Collected data entries:
********

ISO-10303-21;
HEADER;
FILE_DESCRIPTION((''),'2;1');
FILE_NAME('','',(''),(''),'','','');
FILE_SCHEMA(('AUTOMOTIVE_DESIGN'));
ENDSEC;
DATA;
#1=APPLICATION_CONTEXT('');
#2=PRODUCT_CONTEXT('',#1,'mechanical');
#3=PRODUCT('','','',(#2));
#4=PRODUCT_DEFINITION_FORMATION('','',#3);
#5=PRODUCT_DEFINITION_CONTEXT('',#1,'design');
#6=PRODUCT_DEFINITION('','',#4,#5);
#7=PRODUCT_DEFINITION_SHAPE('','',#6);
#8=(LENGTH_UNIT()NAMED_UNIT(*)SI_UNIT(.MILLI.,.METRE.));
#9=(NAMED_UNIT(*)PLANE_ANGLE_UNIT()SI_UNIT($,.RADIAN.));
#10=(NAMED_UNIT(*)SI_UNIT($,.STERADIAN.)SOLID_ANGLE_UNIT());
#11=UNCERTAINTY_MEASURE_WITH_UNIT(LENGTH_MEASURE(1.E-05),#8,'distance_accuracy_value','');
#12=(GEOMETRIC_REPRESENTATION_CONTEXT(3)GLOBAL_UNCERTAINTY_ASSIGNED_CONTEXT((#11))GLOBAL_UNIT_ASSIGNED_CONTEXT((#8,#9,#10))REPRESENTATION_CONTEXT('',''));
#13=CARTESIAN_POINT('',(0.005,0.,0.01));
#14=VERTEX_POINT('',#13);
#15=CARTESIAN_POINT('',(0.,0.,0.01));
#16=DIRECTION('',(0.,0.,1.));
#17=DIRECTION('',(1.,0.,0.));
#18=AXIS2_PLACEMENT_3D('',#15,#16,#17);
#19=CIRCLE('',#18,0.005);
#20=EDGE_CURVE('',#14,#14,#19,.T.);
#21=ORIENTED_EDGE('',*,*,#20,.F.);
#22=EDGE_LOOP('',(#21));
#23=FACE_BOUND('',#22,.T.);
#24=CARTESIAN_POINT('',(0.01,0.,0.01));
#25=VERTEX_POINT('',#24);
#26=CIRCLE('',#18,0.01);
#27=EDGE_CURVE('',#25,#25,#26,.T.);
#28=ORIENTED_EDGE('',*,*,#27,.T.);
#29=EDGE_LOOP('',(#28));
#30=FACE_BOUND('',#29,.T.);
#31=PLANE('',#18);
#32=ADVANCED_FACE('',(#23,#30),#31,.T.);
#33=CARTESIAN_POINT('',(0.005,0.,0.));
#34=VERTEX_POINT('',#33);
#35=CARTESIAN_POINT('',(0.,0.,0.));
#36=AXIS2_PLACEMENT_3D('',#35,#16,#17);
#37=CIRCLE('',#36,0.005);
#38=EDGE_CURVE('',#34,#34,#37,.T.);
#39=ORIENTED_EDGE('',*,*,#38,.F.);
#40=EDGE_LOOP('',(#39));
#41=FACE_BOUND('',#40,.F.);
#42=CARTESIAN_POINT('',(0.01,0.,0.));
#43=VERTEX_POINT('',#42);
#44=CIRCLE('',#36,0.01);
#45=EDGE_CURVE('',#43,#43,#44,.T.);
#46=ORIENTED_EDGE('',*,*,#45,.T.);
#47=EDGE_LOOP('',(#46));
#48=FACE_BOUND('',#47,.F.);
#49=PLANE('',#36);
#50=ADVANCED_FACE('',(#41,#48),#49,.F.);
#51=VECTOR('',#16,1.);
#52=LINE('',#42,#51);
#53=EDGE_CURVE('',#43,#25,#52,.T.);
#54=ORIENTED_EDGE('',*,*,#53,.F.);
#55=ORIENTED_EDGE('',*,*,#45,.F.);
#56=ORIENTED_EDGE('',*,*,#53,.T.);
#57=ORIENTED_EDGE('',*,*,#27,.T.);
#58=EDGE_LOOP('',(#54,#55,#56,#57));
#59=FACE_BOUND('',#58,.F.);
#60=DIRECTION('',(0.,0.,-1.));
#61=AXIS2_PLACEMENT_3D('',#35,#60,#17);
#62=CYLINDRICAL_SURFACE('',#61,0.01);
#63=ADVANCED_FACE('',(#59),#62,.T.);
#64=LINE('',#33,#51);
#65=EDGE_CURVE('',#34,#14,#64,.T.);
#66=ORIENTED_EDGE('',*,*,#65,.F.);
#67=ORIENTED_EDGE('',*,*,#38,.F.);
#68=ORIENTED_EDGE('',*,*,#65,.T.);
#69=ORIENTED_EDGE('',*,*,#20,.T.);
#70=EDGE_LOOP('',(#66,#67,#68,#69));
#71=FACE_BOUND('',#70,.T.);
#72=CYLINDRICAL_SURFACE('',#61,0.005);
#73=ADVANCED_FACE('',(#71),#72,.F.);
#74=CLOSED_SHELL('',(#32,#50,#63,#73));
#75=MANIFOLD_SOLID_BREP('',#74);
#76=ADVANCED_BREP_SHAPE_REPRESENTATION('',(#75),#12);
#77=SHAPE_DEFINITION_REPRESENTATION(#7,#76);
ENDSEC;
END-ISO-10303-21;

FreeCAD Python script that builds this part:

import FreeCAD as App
import Part
import Sketcher

V = App.Vector

doc = App.newDocument("Part")
body = doc.addObject("PartDesign::Body", "Body")

# Sketch on XY plane
sketch1 = body.newObject("Sketcher::SketchObject", "Sketch")
sketch1.AttachmentSupport = (doc.getObject("XY_Plane"), [""])
sketch1.MapMode = "FlatFace"
sketch1.addGeometry([
    Part.Circle(V(0, 0, 0), V(0, 0, 1), 0.01),
    Part.Circle(V(0, 0, 0), V(0, 0, 1), 0.005),
], False)
sketch1.addConstraint([
    Sketcher.Constraint("Coincident", 0, 3, -1, 1),
    Sketcher.Constraint("Coincident", 1, 3, -1, 1),
    Sketcher.Constraint("Diameter", 0, 0.02),
    Sketcher.Constraint("Diameter", 1, 0.01),
])
pad1 = body.newObject("PartDesign::Pad", "Pad")
pad1.Profile = sketch1
pad1.Length = 0.01

doc.recompute()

********

◆ **Work instructions**
Copy out the lines above exactly, beginning at the one that contains "#22=EDGE_LOOP('',(#21));" and ending at the one that contains "#45=EDGE_CURVE('',#43,#43,#44,.T.);".

◆ **Task output**
#22=EDGE_LOOP('',(#21));
#23=FACE_BOUND('',#22,.T.);
#24=CARTESIAN_POINT('',(0.01,0.,0.01));
#25=VERTEX_POINT('',#24);
#26=CIRCLE('',#18,0.01);
#27=EDGE_CURVE('',#25,#25,#26,.T.);
#28=ORIENTED_EDGE('',*,*,#27,.T.);
#29=EDGE_LOOP('',(#28));
#30=FACE_BOUND('',#29,.T.);
#31=PLANE('',#18);
#32=ADVANCED_FACE('',(#23,#30),#31,.T.);
#33=CARTESIAN_POINT('',(0.005,0.,0.));
#34=VERTEX_POINT('',#33);
#35=CARTESIAN_POINT('',(0.,0.,0.));
#36=AXIS2_PLACEMENT_3D('',#35,#16,#17);
#37=CIRCLE('',#36,0.005);
#38=EDGE_CURVE('',#34,#34,#37,.T.);
#39=ORIENTED_EDGE('',*,*,#38,.F.);
#40=EDGE_LOOP('',(#39));
#41=FACE_BOUND('',#40,.F.);
#42=CARTESIAN_POINT('',(0.01,0.,0.));
#43=VERTEX_POINT('',#42);
#44=CIRCLE('',#36,0.01);
#45=EDGE_CURVE('',#43,#43,#44,.T.);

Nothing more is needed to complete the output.